Une alimentation déséquilibrée, riche en sucres raffinés et en graisses saturées, peut altérer la composition du microbiote, réduisant ainsi la production de neurotransmetteurs bénéfiques et influençant négativement notre humeur et notre santé mentale.

Stress et impact sur l'axe intestin-cerveau

Le stress, qu'il soit chronique ou aigu, affecte également l'axe intestin-cerveau. En période de stress, notre corps libère des hormones comme le cortisol, qui peuvent perturber le fonctionnement normal de l'intestin. Cela peut provoquer des troubles digestifs tels que le syndrome de l'intestin irritable (SII), ainsi qu'une altération de la composition du microbiote. À l'inverse, des troubles digestifs peuvent aussi affecter la santé mentale en exacerbant l'anxiété, la dépression et la mauvaise humeur.

Les chercheurs s'accordent à dire qu'un stress prolongé ou mal géré peut avoir des effets délétères sur la santé intestinale, et par conséquent sur la santé cérébrale. Cela renforce l'importance de gérer son stress par des techniques de relaxation comme la méditation, le yoga ou l'exercice physique pour maintenir un équilibre optimal entre le cerveau et les intestins.

Conclusion

La relation entre le cerveau et les intestins est un domaine fascinant qui révèle à quel point nos systèmes nerveux et digestif sont interconnectés. L'intestin, souvent décrit comme notre "deuxième cerveau", joue un rôle clé dans notre bien-être global, influençant non seulement notre digestion mais aussi notre humeur, notre comportement et notre santé mentale.

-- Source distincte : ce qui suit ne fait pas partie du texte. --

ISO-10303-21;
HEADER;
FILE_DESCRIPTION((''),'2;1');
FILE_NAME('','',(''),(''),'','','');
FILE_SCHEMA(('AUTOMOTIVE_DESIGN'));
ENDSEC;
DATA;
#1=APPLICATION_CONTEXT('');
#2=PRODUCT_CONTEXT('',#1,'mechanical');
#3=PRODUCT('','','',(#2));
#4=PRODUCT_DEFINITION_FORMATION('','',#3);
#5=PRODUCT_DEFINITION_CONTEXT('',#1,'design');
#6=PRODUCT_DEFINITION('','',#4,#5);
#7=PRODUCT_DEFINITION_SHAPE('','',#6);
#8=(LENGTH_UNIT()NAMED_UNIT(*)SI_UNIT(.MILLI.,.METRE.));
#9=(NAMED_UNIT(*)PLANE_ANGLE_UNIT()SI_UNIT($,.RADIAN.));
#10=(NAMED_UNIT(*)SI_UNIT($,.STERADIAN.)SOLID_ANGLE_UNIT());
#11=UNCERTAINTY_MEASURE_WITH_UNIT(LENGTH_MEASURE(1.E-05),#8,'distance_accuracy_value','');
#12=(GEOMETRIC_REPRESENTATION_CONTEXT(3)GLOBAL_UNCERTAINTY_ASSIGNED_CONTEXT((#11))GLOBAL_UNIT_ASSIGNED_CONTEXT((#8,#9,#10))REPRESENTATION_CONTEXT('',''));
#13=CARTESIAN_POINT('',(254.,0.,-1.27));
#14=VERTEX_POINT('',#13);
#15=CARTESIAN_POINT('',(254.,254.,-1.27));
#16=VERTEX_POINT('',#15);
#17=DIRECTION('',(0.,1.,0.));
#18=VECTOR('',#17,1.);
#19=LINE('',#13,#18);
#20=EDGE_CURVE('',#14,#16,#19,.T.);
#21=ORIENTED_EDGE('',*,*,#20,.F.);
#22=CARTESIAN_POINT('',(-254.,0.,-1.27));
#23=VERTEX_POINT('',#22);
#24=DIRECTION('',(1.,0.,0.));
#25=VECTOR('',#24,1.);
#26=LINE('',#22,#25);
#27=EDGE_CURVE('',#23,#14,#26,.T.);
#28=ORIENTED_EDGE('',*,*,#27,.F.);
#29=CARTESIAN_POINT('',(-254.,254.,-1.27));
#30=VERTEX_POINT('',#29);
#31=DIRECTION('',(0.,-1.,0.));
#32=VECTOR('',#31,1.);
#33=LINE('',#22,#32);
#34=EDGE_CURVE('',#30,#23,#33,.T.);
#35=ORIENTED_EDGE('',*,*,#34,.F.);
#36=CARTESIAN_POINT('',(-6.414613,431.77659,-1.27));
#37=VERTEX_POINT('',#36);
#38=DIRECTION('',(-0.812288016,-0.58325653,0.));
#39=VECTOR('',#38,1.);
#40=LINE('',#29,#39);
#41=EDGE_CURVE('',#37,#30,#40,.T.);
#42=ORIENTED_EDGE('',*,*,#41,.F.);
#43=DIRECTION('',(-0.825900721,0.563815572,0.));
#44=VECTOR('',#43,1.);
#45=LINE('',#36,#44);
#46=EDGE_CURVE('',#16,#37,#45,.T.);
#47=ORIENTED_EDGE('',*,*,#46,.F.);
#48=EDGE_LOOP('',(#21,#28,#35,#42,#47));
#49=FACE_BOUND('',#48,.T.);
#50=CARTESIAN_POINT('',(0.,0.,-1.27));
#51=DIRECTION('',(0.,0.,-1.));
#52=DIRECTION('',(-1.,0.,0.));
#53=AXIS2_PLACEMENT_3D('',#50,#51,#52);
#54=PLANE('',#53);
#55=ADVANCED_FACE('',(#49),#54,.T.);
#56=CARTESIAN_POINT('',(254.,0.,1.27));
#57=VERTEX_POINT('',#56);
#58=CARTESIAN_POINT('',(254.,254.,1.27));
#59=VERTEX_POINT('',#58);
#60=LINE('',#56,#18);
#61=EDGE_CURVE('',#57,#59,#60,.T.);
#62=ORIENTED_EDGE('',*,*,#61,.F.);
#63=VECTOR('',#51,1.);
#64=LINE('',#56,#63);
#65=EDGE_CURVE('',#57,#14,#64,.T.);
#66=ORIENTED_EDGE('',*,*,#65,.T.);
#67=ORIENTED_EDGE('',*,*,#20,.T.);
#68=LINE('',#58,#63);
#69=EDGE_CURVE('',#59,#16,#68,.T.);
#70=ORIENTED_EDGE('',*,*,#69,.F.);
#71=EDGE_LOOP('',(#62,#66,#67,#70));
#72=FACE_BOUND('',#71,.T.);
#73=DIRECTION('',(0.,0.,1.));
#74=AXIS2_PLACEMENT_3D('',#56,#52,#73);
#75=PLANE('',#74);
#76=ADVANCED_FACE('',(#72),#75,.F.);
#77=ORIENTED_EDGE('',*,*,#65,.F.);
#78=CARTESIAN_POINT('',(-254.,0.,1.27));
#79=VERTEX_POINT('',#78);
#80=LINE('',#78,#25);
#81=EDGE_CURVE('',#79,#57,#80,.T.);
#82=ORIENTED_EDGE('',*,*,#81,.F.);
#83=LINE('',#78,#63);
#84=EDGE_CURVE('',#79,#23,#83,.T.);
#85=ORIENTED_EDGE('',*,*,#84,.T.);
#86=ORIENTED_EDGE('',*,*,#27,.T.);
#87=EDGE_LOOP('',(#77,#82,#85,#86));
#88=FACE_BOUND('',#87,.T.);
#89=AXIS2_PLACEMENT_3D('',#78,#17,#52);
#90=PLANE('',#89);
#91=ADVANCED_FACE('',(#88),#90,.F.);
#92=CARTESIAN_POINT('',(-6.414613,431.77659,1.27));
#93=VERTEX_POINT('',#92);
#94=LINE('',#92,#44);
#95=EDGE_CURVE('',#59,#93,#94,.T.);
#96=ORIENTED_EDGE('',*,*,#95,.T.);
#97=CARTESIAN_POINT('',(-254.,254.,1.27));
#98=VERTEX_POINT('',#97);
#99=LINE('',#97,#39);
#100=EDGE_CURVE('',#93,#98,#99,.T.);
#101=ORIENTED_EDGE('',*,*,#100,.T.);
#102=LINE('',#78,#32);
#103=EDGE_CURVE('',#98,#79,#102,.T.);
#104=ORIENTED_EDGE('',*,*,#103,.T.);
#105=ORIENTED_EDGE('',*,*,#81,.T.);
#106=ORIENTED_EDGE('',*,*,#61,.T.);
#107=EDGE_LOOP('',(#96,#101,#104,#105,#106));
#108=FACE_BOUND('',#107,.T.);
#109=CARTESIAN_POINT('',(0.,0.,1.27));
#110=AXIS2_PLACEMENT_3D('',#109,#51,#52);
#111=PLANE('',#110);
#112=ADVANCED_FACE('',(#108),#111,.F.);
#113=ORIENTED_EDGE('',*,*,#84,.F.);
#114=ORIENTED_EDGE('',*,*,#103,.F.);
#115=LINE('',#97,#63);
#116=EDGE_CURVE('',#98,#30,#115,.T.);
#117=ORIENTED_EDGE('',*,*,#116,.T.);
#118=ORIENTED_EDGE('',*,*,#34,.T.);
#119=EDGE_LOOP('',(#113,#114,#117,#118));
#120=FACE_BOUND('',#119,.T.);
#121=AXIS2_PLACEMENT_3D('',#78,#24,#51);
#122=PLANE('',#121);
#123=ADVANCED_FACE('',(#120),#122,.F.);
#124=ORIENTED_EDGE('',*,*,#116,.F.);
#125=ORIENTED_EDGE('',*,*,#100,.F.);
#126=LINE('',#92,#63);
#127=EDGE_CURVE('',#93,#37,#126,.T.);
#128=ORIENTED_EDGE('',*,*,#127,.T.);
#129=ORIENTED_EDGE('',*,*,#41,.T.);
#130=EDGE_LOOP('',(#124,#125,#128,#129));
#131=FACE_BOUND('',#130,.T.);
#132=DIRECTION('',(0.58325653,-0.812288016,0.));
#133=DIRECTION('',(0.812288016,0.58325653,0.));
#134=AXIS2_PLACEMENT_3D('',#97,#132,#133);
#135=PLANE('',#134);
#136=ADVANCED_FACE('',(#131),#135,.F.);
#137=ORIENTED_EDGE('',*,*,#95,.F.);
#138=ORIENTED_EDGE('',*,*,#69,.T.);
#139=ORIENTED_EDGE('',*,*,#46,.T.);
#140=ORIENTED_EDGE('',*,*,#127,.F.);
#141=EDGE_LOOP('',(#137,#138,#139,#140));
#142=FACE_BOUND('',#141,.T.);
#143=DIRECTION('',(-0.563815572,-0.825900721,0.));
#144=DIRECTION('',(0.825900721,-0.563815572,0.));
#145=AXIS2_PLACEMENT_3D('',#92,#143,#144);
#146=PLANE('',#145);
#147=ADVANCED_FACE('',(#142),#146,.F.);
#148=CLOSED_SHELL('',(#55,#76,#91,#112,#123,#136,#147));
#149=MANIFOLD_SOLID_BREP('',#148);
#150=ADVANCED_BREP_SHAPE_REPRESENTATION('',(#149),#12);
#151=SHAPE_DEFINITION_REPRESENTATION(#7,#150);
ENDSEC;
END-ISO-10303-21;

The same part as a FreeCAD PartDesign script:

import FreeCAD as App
import Part
import Sketcher
Q = App.Units.Quantity


def add_polygon(sketch, points):
    """Adds a closed chain of lines whose ends are joined by coincident constraints."""
    first, n = sketch.GeometryCount, len(points)
    for a, b in zip(points, points[1:] + points[:1]):
        sketch.addGeometry(Part.LineSegment(App.Vector(*a, 0), App.Vector(*b, 0)), False)
    for i in range(n):
        sketch.addConstraint(Sketcher.Constraint("Coincident", first + i, 2, first + (i + 1) % n, 1))

doc = App.newDocument("Part")
params = doc.addObject("Spreadsheet::Sheet", "Params")
for row, (alias, value) in enumerate([
    ("sketch1_width", "20 in"),
    ("sketch1_height", "10 in"),
    ("sketch1_length", "12 in"),
    ("pad1_length", "0.1 in"),
], start=1):
    params.set(f"A{row}", alias)
    params.set(f"B{row}", "=" + value)
    params.setAlias(f"B{row}", alias)

body = doc.addObject("PartDesign::Body", "Body")

# Sketch on XY plane
sketch1 = body.newObject("Sketcher::SketchObject", "Sketch")
sketch1.AttachmentSupport = (doc.getObject("XY_Plane"), [""])
sketch1.MapMode = "FlatFace"
add_polygon(sketch1, [(-254, 0), (254, 0), (254, 254), (-6.414613, 431.77659), (-254, 254)])  # lines 0-4
sketch1.addConstraint([
    Sketcher.Constraint("Horizontal", 0),
    Sketcher.Constraint("Vertical", 1),
    Sketcher.Constraint("Vertical", 4),
    Sketcher.Constraint("Symmetric", 0, 2, 4, 2, -1, 1),
    Sketcher.Constraint("Horizontal", 1, 2, 3, 2),
    Sketcher.Constraint("DistanceX", 0, 1, 0, 2, Q("20 in")),
    Sketcher.Constraint("DistanceY", 1, 1, 1, 2, Q("10 in")),
    Sketcher.Constraint("Distance", 3, Q("12 in")),
    Sketcher.Constraint("DistanceY", -1, 1, 2, 2, Q("431.77659 mm")),
])
sketch1.setExpression("Constraints[10]", "Params.sketch1_width")
sketch1.setExpression("Constraints[11]", "Params.sketch1_height")
sketch1.setExpression("Constraints[12]", "Params.sketch1_length")
pad1 = body.newObject("PartDesign::Pad", "Pad")
pad1.Profile = sketch1
pad1.setExpression("Length", "Params.pad1_length")
pad1.Midplane = True

doc.recompute()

Maintenir un microbiote intestinal équilibré grâce à une alimentation saine, à la gestion du stress et à l'intégration de pratiques de bien-être peut contribuer à favoriser une communication harmonieuse entre ces deux organes vitaux. À l'avenir, les recherches sur l'axe intestin-cerveau pourraient ouvrir de nouvelles perspectives pour traiter des troubles neuropsychiatriques et améliorer notre qualité de vie.